:: Available data

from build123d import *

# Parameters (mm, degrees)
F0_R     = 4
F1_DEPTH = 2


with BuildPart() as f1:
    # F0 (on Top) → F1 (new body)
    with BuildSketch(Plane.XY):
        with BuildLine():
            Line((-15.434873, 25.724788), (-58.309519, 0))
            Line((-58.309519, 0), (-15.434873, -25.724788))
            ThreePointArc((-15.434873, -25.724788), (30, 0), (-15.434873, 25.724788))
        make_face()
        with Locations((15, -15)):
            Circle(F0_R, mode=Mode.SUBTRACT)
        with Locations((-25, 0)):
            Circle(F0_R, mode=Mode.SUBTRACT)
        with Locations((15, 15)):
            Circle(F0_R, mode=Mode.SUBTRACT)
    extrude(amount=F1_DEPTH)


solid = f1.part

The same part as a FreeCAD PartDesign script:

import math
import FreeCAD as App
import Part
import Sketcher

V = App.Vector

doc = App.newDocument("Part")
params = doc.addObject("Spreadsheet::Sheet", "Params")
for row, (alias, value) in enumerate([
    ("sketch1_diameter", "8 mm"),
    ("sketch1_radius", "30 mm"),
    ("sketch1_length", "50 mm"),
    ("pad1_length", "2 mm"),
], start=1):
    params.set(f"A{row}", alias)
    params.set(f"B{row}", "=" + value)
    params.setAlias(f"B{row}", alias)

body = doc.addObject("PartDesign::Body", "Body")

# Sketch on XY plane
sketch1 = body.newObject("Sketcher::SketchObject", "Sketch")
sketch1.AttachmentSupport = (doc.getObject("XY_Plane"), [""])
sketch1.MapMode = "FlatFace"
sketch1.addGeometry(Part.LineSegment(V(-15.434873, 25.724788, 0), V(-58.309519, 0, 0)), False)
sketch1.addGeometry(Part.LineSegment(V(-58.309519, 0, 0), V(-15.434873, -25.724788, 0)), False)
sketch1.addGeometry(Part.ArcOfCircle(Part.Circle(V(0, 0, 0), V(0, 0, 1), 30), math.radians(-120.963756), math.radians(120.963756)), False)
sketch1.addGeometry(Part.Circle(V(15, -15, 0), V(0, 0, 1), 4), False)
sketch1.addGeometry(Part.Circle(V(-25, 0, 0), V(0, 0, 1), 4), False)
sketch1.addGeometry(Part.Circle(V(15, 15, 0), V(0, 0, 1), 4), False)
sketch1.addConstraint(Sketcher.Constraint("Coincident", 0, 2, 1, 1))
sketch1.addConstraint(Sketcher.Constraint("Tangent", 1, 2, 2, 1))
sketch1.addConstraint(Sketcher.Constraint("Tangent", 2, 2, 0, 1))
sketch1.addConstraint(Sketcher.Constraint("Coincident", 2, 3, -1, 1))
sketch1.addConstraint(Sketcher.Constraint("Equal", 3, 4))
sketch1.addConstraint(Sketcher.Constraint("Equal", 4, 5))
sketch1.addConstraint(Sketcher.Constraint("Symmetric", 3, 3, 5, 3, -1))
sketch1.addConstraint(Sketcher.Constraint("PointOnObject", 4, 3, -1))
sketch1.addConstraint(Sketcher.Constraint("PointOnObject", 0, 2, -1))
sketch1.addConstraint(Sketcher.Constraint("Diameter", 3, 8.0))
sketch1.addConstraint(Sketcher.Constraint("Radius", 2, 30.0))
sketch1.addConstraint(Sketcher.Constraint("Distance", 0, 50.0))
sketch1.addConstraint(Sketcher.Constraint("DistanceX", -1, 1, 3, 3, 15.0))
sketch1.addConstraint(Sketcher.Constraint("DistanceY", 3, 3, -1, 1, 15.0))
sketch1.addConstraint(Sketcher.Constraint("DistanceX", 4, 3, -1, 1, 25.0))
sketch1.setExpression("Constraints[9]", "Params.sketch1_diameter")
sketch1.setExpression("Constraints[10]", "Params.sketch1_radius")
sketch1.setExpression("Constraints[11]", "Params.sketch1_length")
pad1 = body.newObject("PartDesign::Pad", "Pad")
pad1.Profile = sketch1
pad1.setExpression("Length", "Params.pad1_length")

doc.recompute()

::::
:: Available data

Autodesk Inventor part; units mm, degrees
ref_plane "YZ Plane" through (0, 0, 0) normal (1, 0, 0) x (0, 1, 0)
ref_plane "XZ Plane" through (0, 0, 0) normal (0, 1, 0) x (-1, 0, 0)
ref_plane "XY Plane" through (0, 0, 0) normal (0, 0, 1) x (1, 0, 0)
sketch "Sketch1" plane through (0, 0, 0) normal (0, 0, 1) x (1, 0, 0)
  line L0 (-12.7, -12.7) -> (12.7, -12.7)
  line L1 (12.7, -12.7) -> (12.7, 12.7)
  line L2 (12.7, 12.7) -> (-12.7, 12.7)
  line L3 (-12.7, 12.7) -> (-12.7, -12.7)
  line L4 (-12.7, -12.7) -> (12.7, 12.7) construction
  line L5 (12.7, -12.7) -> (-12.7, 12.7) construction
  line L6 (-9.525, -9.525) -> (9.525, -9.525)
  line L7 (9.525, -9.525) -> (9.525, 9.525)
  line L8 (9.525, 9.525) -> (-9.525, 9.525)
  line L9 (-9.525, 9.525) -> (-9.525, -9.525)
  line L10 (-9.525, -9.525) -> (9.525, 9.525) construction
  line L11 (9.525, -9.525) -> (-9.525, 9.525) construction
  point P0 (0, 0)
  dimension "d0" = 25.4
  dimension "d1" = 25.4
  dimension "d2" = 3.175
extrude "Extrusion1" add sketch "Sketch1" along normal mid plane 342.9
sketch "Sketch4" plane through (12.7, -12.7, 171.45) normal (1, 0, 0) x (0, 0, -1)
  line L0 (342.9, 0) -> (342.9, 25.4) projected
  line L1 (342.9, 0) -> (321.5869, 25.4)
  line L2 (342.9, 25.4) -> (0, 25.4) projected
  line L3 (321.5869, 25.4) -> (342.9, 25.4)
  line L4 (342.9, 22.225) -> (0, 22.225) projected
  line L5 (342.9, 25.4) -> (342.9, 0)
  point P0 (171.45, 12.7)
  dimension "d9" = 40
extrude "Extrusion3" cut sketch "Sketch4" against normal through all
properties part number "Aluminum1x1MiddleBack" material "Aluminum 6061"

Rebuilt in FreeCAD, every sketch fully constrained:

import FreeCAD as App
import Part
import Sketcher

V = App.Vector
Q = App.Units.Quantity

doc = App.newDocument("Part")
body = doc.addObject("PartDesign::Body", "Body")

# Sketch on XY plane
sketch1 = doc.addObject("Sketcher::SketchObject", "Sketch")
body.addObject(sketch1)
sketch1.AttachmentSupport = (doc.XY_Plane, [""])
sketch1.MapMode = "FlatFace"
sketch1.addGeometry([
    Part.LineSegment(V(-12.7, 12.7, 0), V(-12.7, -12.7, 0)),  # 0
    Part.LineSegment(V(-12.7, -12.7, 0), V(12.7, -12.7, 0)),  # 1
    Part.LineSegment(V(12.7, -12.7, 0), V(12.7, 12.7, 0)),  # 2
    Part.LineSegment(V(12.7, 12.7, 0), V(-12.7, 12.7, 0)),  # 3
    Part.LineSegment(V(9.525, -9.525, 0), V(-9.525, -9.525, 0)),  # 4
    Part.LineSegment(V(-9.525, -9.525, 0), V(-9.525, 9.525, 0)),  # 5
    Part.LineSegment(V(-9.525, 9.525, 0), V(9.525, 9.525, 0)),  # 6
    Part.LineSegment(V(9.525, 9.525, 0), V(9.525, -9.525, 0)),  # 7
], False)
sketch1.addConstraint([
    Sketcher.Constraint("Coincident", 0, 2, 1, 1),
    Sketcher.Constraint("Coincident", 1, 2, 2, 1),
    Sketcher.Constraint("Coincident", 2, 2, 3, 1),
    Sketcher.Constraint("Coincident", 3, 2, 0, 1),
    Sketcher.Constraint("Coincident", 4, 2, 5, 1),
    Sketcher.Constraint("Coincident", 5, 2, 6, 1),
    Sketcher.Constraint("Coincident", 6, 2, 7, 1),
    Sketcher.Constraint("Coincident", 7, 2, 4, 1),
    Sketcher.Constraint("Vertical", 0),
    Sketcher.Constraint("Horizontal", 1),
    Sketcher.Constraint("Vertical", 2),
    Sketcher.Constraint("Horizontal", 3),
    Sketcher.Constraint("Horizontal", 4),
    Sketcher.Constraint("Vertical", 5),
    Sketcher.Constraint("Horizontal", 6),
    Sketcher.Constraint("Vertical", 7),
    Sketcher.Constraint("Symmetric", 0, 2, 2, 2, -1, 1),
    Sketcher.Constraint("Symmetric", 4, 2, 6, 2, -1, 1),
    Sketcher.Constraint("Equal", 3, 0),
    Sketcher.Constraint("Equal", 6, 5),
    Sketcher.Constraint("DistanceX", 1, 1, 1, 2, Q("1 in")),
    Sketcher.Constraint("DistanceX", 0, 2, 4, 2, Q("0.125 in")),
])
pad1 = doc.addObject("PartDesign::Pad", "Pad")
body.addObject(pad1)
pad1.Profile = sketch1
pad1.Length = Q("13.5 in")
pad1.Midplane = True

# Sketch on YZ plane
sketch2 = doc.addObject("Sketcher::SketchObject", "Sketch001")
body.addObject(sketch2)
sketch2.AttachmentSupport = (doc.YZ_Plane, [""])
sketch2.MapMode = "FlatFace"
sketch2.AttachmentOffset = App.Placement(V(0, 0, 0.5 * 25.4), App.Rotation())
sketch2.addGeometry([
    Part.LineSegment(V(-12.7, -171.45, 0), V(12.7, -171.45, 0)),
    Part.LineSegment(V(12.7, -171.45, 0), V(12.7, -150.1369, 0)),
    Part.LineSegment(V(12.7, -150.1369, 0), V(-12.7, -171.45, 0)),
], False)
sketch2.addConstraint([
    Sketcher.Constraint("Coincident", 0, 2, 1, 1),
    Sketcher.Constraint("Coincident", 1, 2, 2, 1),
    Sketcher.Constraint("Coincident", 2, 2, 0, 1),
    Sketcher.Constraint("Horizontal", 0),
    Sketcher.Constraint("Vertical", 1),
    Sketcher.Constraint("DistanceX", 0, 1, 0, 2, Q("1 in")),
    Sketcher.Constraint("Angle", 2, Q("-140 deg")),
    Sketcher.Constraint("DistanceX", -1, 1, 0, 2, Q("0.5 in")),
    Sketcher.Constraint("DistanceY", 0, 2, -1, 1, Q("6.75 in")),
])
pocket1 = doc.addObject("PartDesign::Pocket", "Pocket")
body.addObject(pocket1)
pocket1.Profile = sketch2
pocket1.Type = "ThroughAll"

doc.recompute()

::::
:: Available data

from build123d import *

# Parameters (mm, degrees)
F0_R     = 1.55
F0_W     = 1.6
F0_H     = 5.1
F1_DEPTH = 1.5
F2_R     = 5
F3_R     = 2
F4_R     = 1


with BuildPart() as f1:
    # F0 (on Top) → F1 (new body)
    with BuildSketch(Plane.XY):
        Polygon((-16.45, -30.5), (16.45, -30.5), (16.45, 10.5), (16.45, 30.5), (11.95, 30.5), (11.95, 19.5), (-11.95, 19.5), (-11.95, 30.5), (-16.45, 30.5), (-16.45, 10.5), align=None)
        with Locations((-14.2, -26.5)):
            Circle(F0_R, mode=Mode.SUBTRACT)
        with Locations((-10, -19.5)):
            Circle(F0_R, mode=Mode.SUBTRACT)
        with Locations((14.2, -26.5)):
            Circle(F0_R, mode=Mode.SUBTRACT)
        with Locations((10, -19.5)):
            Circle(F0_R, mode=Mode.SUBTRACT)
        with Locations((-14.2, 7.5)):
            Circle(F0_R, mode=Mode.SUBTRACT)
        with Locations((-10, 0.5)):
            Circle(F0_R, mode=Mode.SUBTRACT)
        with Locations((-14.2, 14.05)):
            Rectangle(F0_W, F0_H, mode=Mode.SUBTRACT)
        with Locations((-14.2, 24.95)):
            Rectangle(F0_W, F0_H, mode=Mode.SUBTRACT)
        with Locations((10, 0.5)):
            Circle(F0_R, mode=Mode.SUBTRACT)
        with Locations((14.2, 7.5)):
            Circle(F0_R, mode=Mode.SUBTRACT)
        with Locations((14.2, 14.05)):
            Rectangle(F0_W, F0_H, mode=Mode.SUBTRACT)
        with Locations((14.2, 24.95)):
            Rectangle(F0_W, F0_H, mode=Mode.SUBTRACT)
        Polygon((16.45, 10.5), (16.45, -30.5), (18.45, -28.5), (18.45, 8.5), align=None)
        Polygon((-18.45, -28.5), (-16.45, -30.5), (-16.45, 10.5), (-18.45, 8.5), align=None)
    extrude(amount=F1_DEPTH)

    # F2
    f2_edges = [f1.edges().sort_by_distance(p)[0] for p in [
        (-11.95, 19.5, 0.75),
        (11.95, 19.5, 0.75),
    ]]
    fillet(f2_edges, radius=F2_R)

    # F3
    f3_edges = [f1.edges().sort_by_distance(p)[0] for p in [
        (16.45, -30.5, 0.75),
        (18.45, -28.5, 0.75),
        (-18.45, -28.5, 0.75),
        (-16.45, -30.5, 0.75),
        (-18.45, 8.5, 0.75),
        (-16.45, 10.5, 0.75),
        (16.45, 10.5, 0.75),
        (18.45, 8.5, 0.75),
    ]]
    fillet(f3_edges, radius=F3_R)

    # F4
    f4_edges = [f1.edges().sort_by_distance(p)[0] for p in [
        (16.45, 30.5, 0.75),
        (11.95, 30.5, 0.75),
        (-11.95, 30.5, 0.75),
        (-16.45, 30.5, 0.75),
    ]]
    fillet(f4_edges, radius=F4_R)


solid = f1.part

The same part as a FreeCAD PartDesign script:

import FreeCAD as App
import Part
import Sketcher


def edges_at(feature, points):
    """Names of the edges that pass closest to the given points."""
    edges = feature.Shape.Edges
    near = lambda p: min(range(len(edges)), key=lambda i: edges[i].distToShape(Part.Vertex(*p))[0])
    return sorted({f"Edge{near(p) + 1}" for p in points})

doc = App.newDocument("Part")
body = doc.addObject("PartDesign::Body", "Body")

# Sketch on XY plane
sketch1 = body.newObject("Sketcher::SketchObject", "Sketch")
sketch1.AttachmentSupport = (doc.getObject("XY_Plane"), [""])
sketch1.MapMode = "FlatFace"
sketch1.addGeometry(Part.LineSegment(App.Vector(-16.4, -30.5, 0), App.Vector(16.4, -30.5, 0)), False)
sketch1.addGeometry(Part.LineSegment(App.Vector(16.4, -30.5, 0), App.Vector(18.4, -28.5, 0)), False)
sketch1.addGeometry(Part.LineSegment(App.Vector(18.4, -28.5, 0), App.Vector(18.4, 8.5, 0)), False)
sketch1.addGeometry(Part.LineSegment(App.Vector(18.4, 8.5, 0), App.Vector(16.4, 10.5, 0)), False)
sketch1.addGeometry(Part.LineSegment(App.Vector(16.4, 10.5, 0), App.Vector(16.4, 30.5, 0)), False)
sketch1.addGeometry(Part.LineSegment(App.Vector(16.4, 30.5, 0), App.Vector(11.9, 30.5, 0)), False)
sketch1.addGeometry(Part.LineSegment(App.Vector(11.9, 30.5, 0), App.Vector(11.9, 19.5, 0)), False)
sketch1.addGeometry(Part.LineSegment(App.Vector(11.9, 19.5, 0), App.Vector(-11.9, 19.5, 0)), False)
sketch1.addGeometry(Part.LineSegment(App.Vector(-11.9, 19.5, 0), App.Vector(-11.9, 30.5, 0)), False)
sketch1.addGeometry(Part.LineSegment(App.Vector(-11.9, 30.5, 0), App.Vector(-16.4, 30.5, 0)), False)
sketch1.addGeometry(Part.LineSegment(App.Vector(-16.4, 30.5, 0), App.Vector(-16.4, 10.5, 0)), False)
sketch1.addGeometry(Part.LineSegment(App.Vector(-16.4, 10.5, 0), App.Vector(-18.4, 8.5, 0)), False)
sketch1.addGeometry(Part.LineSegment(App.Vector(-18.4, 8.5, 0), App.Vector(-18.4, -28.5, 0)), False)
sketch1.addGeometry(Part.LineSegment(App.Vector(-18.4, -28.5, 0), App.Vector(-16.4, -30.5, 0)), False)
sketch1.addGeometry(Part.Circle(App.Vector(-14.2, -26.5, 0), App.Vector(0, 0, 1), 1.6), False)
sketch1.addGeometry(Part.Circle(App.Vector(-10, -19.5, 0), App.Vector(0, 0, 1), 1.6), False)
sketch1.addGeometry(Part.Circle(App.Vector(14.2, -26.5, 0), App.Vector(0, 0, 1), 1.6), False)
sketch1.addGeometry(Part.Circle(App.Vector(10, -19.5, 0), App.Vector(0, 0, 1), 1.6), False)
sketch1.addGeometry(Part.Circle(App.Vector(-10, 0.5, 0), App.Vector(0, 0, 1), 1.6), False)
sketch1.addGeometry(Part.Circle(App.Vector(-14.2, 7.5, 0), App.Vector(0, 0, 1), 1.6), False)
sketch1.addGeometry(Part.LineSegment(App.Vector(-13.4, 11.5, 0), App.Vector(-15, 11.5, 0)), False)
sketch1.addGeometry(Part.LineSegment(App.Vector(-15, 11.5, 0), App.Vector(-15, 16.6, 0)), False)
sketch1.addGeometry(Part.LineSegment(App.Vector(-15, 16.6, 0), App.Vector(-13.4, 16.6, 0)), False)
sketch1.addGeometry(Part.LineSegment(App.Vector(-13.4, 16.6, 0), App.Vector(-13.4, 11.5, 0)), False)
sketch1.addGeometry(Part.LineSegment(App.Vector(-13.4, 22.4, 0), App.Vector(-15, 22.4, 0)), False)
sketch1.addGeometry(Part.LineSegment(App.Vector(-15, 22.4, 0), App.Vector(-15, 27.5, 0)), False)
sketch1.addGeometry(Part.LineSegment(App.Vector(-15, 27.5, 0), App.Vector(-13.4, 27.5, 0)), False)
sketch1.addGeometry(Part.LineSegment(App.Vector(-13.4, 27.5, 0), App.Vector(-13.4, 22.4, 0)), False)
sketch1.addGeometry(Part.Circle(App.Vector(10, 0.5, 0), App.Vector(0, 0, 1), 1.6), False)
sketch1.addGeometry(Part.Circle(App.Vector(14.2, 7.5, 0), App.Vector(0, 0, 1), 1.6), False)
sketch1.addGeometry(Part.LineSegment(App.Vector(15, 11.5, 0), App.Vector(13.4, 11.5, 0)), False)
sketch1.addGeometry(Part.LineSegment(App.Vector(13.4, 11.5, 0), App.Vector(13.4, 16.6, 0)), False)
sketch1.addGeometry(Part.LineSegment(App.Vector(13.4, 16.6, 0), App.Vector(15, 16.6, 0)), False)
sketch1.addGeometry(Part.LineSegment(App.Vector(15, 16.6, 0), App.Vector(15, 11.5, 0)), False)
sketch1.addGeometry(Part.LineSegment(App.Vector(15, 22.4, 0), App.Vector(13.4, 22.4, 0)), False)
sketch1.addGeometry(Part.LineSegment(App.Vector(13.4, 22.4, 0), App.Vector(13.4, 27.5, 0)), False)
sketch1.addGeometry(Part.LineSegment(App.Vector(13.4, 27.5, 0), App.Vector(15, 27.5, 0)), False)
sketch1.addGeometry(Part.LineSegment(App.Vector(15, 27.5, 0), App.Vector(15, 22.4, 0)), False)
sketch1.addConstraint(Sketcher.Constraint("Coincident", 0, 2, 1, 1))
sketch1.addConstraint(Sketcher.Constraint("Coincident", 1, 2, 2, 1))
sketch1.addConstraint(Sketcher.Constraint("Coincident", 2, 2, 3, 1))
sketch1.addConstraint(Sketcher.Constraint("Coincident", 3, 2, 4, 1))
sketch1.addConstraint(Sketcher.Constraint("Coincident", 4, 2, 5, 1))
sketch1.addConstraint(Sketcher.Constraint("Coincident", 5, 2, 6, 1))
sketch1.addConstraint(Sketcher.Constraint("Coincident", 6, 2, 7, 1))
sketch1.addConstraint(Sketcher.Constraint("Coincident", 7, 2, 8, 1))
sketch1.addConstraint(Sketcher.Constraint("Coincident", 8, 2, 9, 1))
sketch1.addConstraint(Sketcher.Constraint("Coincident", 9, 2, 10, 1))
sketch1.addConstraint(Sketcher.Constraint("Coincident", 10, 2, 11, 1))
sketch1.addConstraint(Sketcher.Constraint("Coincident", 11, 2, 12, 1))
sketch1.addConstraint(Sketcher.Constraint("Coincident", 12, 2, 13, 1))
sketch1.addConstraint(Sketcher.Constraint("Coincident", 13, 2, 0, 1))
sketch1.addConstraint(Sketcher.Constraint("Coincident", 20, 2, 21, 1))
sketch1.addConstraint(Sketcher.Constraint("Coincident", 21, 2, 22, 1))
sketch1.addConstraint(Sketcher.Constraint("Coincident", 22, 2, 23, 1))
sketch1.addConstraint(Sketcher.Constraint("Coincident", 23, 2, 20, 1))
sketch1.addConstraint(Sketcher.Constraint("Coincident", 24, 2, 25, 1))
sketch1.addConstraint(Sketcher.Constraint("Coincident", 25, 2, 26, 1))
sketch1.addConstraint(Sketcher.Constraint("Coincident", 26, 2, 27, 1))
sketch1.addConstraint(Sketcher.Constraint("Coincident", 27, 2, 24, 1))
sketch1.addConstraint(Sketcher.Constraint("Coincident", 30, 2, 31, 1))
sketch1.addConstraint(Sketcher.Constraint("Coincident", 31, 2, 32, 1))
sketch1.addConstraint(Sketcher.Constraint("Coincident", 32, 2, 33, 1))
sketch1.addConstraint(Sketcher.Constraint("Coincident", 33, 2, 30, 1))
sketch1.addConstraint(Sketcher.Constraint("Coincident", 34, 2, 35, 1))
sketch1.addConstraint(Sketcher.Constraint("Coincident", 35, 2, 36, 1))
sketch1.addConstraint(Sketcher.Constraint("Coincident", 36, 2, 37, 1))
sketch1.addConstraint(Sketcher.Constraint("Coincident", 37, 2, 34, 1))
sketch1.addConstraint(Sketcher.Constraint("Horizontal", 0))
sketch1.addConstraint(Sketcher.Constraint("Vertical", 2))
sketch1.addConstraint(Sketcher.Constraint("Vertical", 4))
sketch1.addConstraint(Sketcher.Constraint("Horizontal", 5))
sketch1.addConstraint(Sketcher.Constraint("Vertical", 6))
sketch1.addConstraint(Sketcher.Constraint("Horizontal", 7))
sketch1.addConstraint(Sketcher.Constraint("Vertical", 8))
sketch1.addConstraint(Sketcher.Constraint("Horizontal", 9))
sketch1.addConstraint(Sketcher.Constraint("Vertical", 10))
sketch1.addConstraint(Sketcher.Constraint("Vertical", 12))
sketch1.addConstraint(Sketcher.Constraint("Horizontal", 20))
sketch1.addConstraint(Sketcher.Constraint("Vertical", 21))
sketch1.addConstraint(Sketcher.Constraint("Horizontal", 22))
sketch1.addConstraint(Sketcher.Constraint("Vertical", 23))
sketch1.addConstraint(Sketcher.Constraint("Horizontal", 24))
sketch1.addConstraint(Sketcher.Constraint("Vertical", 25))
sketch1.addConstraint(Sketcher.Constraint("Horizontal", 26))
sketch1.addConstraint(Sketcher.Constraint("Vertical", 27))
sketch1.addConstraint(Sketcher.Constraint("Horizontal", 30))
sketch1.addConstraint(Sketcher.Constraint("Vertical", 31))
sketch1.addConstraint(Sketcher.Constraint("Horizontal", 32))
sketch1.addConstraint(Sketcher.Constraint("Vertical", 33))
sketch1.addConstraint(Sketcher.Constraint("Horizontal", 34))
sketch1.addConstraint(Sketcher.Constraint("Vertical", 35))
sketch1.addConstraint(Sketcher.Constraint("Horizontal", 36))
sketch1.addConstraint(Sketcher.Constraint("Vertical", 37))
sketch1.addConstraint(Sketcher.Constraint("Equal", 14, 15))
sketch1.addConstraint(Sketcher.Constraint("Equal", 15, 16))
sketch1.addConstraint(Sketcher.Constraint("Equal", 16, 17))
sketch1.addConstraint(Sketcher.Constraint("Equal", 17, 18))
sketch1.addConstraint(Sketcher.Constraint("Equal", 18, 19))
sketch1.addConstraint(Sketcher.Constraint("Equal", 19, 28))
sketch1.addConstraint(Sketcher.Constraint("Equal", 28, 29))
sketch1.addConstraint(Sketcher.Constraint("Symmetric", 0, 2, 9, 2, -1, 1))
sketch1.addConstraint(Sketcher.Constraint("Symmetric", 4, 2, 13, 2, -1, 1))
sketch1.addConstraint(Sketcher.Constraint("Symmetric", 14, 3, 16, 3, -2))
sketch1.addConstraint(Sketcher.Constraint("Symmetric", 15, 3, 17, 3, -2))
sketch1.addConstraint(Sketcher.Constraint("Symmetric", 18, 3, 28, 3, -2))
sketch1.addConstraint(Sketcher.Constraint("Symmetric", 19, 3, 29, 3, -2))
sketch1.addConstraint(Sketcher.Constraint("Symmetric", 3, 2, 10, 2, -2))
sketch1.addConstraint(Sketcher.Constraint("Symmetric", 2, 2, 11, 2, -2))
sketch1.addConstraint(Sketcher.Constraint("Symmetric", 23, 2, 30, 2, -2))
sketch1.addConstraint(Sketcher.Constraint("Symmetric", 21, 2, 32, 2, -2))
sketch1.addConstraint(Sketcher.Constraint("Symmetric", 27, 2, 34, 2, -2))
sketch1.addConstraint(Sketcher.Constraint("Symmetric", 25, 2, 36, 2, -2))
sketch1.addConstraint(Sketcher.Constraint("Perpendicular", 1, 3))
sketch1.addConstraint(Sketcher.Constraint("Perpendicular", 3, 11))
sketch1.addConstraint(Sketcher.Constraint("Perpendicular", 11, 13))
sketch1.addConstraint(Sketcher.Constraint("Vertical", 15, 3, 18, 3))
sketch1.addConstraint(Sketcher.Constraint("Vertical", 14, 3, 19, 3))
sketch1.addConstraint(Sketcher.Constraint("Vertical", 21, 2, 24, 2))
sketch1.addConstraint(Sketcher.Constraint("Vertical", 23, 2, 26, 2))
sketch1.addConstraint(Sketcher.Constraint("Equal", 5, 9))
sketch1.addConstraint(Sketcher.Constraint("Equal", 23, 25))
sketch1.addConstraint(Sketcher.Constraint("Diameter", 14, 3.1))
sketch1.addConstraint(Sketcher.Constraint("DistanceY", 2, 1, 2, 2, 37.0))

::::

> [Prompt]:
All lines in the listing above that contain "construction" should be shown.

> [Task result]:
  line L4 (-12.7, -12.7) -> (12.7, 12.7) construction
  line L5 (12.7, -12.7) -> (-12.7, 12.7) construction
  line L10 (-9.525, -9.525) -> (9.525, 9.525) construction
  line L11 (9.525, -9.525) -> (-9.525, 9.525) construction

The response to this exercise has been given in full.